Another area for future research is cross-regional analysis. I have spoken to colleagues at several conferences and relevant aspects of the environmental crisis in Central Asia could be fruitfully related to: Australia (salinization and the timing of security), Lake Chad in Central Africa (shared littoral degradation causing dislocation and unequal experience of security threat), the indigenous people of Ecuador and the environmental contamination fostering genocide (Karakalpakistan), the potential use of water as a weapon in the Middle East (Kyrgyz retaliation by flooding Uzbekistan), and the successful division of a previous integrated water management structure between India and Pakistan (the Soviet structure in Central Asia).
Similarly, looking within the same region, numerous other security threats could be addressed with the same framework. For example, why are regional concerns like drug trafficking or the rise of radical Islam experienced as security threats by some republics and not by others. While no regional problem can be solved without the cooperation of all, how do you elicit this type of support from the resource-strapped republics not experiencing the same level of threat?
The question 'how' inevitably involves a policy response. On a macro-level, the driving force behind Uzbekistan's foreign and domestic policy is the belief that it is the lynch pin of the region. Uzbekistan will continue to push the envelope because Karimov believes his country is pivotal to US operations there. However, the current geography of the pipeline politics, the primary US interest in the region, could easily run east-west from Kazakhstan and Turkmenistan, north and south of Uzbekistan. If it were explained to Karimov in a quiet, subtle way that the countries around him could get very rich and have high levels of foreign involvement/aid without needing Uzbekistan, the position of that republic may be less intractable.

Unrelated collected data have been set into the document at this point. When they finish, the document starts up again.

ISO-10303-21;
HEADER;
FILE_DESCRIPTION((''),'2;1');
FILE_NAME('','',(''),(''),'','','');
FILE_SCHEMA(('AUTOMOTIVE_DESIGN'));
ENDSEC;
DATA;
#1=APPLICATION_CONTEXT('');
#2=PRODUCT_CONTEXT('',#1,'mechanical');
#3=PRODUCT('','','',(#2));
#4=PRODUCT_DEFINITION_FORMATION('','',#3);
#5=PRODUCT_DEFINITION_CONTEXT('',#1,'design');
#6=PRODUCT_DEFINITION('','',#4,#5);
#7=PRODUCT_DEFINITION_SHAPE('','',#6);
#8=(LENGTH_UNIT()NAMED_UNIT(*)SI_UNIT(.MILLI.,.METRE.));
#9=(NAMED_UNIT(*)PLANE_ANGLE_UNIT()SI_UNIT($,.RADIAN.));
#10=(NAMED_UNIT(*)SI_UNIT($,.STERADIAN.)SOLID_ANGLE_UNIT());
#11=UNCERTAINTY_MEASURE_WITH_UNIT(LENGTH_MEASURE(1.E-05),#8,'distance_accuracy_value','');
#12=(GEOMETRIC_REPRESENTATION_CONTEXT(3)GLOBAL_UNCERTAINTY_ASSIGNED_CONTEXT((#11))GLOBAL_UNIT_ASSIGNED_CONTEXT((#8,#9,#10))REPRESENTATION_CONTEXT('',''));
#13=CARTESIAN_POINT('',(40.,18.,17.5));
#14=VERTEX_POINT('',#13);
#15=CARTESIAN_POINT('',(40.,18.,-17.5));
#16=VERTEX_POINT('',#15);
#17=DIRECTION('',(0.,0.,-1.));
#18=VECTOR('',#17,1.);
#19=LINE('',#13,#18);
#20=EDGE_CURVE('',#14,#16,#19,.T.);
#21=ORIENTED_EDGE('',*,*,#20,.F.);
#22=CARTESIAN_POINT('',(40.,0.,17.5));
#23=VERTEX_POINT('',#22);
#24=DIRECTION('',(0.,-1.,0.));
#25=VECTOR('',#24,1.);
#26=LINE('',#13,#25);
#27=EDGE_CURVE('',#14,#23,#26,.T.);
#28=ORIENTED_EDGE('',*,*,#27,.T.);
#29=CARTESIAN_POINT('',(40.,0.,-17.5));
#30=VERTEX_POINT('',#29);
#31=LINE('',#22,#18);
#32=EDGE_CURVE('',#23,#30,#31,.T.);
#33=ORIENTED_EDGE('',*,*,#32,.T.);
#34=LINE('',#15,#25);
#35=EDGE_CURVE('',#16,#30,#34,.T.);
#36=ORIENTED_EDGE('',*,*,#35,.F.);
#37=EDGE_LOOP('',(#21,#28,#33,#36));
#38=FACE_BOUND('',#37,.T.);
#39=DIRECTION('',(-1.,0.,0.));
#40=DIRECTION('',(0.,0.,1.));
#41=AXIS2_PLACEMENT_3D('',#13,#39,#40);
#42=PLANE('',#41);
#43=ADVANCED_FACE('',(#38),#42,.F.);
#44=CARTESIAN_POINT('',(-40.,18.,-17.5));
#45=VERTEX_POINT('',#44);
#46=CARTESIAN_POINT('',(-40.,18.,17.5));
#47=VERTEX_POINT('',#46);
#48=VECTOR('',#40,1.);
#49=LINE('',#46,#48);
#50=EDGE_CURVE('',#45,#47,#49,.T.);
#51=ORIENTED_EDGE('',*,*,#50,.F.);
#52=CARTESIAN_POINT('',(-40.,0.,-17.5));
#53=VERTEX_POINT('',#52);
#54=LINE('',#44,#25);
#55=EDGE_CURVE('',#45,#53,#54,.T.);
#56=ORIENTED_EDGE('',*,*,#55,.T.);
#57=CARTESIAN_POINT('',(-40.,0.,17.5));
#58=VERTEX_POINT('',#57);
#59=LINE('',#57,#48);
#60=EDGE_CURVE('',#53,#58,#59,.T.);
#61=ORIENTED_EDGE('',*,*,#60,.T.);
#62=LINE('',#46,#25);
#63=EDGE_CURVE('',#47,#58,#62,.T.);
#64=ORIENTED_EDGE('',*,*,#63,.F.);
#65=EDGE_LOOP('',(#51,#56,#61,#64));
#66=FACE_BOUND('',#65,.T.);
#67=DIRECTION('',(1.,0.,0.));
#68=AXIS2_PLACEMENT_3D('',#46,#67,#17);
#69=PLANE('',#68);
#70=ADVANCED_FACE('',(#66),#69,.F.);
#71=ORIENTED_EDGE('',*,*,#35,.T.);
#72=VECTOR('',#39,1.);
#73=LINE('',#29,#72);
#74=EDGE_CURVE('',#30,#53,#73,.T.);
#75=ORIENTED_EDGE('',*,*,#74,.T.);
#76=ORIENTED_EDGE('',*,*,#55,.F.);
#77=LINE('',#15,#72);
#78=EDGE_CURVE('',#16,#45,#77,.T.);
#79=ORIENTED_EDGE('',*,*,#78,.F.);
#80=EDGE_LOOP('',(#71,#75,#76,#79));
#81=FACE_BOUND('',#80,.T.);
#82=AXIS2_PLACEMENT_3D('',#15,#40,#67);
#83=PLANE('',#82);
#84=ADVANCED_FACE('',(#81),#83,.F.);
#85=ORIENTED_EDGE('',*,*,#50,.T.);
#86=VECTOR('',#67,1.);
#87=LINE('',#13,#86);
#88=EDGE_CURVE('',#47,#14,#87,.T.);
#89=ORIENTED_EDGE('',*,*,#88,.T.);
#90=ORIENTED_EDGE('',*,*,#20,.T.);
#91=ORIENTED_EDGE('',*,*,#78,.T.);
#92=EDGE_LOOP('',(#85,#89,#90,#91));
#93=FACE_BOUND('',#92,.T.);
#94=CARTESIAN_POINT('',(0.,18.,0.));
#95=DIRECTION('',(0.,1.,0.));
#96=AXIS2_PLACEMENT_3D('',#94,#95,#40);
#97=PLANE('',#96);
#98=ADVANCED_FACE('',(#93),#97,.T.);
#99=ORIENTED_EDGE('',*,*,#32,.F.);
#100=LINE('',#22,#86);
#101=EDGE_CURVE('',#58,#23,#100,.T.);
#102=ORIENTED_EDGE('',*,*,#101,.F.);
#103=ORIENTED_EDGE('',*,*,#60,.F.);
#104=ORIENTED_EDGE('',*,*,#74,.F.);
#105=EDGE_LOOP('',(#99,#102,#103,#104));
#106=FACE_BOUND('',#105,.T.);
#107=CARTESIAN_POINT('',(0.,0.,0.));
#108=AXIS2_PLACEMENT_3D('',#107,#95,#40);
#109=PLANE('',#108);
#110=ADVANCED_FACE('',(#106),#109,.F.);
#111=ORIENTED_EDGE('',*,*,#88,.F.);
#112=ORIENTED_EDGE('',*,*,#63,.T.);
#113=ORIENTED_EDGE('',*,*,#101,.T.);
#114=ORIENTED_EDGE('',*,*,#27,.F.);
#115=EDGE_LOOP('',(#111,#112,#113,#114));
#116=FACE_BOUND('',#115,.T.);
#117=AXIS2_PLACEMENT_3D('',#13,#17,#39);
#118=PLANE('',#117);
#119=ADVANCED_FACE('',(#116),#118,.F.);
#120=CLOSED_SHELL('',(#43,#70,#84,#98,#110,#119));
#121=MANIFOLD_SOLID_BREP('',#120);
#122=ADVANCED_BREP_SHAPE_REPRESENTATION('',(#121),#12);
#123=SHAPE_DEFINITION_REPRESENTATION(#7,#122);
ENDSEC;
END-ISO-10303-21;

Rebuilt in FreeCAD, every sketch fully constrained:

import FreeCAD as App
import Part
import Sketcher
from FreeCAD import Vector
Q = App.Units.Quantity

doc = App.newDocument("Part")
body = doc.addObject("PartDesign::Body", "Body")

# Sketch on XZ plane
sketch1 = body.newObject("Sketcher::SketchObject", "Sketch")
sketch1.AttachmentSupport = (doc.getObject("XZ_Plane"), [""])
sketch1.MapMode = "FlatFace"
sketch1.addGeometry([
    Part.LineSegment(Vector(-40, -18, 0), Vector(-40, 18, 0)),
    Part.LineSegment(Vector(-40, 18, 0), Vector(40, 18, 0)),
    Part.LineSegment(Vector(40, 18, 0), Vector(40, -18, 0)),
    Part.LineSegment(Vector(40, -18, 0), Vector(-40, -18, 0)),
], False)
sketch1.addConstraint([
    Sketcher.Constraint("Coincident", 0, 2, 1, 1),
    Sketcher.Constraint("Coincident", 1, 2, 2, 1),
    Sketcher.Constraint("Coincident", 2, 2, 3, 1),
    Sketcher.Constraint("Coincident", 3, 2, 0, 1),
    Sketcher.Constraint("Vertical", 0),
    Sketcher.Constraint("Horizontal", 1),
    Sketcher.Constraint("Vertical", 2),
    Sketcher.Constraint("Horizontal", 3),
    Sketcher.Constraint("Symmetric", 0, 2, 2, 2, -1, 1),
    Sketcher.Constraint("DistanceX", 1, 1, 1, 2, Q("80 mm")),
    Sketcher.Constraint("DistanceY", 0, 1, 0, 2, Q("35 mm")),
])
pad1 = body.newObject("PartDesign::Pad", "Pad")
pad1.Profile = sketch1
pad1.Length = 18
pad1.Reversed = True

doc.recompute()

We have learned from experiences elsewhere that where the drug trade remains prevalent, instability (read: terrorism, warlordism, massive corruption) will accompany it. Nor can the drug trade simply be 'stamped out'. Growers need an alternative to the extremely valuable crop insurance that poppy cultivation provides. As the soil becomes depleted from poor agricultural practices throughout the region and water becomes more contaminated, one of the few plants that will continue to grow is the hardy poppy. The region will not be sufficiently stable for secure pipelines until the drug trafficking is controlled and it cannot be controlled by simplistic interdiction and eradication. These programs will need to be coupled with agricultural programs, not simply crop substitution, but soil reclamation, water management, and other more comprehensive plans.
Finally, politics in this region are personal; treaties and agreements are kept more on the basis of the relationship between those making it, than a nation being bound because it signed a piece of paper. Consistently, these republics have broken agreements with each other when these ceased to be convenient. The US has a greater likelihood of having its objectives met and agreements adhered to if there exists a consistent cadre of individuals who are not only familiar with, but also familiar in the region. They are more likely to elicit a genuine commitment by their Uzbek counterparts to ensuring our programs' success.